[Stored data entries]
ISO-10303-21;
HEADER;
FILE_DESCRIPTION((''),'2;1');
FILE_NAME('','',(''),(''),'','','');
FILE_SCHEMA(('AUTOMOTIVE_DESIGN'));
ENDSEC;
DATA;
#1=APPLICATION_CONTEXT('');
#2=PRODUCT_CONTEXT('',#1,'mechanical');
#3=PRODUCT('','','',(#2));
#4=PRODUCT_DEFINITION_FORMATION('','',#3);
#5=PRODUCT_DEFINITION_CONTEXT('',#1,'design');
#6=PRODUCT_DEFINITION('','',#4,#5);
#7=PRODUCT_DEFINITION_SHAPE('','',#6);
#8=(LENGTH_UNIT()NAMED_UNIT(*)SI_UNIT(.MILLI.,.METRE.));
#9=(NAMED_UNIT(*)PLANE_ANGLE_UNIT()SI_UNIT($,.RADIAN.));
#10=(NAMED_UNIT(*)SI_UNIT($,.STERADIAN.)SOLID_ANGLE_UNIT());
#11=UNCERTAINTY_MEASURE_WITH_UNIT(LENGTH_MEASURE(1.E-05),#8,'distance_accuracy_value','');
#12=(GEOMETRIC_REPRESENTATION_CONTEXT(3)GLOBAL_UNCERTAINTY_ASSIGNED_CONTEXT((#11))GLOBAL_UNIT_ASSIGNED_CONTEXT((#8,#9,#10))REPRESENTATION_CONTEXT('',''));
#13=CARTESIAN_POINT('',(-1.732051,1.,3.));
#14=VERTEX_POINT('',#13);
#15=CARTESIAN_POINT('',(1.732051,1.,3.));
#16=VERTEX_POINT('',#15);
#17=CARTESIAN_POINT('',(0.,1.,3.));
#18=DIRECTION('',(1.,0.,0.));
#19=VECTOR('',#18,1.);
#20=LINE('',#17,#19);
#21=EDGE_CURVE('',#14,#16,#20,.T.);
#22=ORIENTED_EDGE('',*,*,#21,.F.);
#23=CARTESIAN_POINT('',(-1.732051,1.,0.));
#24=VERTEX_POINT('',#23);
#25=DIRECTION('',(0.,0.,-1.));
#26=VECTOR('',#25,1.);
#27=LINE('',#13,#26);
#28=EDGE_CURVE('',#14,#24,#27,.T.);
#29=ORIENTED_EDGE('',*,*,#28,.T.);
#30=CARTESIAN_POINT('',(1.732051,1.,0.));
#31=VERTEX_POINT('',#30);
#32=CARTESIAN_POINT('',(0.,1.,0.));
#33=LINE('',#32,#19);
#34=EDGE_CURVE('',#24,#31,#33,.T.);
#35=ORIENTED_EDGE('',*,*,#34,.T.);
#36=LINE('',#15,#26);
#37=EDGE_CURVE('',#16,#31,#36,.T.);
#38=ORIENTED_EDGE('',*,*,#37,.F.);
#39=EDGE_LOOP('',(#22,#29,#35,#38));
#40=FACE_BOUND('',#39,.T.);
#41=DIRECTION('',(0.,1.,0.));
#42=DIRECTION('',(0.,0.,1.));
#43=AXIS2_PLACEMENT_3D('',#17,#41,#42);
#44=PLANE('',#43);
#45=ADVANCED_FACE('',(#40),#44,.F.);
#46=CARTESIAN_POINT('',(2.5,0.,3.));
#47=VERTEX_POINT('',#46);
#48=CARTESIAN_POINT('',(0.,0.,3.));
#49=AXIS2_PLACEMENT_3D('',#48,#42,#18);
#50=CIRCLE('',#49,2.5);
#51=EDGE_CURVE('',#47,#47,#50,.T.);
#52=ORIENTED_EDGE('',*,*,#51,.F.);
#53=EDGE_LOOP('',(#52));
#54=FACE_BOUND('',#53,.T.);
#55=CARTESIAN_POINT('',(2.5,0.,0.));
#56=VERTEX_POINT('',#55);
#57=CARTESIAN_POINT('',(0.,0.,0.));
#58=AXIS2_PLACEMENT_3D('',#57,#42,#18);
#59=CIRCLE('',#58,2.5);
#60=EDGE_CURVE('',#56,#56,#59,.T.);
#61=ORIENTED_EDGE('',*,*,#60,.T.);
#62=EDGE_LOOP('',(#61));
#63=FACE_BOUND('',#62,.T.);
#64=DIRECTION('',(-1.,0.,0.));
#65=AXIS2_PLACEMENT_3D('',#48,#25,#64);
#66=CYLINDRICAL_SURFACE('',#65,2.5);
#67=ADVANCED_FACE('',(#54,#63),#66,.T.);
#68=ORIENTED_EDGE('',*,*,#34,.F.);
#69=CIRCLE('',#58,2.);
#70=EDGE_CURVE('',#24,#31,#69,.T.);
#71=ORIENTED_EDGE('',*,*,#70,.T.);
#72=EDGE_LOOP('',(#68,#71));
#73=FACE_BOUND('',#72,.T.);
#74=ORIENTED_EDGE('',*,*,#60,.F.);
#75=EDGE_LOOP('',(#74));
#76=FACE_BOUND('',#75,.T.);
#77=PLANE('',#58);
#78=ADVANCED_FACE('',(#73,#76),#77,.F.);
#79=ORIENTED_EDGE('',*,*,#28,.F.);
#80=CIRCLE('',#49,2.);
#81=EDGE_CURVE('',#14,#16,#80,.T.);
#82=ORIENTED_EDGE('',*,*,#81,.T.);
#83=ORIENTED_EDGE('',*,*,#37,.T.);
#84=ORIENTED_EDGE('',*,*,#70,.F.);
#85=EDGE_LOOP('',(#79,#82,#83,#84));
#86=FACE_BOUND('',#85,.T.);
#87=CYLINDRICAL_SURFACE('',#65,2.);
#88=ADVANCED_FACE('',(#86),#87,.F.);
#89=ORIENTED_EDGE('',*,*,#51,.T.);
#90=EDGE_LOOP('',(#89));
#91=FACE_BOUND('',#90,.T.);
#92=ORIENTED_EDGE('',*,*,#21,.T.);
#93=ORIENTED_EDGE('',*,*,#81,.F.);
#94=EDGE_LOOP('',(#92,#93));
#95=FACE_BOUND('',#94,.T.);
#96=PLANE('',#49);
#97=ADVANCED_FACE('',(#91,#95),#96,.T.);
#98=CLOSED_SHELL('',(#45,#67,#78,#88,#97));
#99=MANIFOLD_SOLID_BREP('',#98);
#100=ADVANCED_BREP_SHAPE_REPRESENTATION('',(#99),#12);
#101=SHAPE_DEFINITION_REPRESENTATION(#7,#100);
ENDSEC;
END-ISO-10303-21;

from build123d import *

# Parameters (mm, degrees)
SKETCH_1_R      = 2.5
EXTRUDE_1_DEPTH = 3


with BuildPart() as part:
    # 草图1 → 凸台-拉伸1 (new body)
    with BuildSketch(Plane.XY):
        Circle(SKETCH_1_R)
        with BuildLine():
            ThreePointArc((1.732050808, 1), (0, -2), (-1.732050808, 1))
            Line((-1.732050808, 1), (1.732050808, 1))
        make_face(mode=Mode.SUBTRACT)
    extrude(amount=EXTRUDE_1_DEPTH)


solid = part.part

== Exercise directions ==
Go through the data above from its first line and copy each line exactly, stopping once the line with "#4=PRODUCT_DEFINITION_FORMATION('','',#3);" has been copied.

== Answer box ==
ISO-10303-21;
HEADER;
FILE_DESCRIPTION((''),'2;1');
FILE_NAME('','',(''),(''),'','','');
FILE_SCHEMA(('AUTOMOTIVE_DESIGN'));
ENDSEC;
DATA;
#1=APPLICATION_CONTEXT('');
#2=PRODUCT_CONTEXT('',#1,'mechanical');
#3=PRODUCT('','','',(#2));
#4=PRODUCT_DEFINITION_FORMATION('','',#3);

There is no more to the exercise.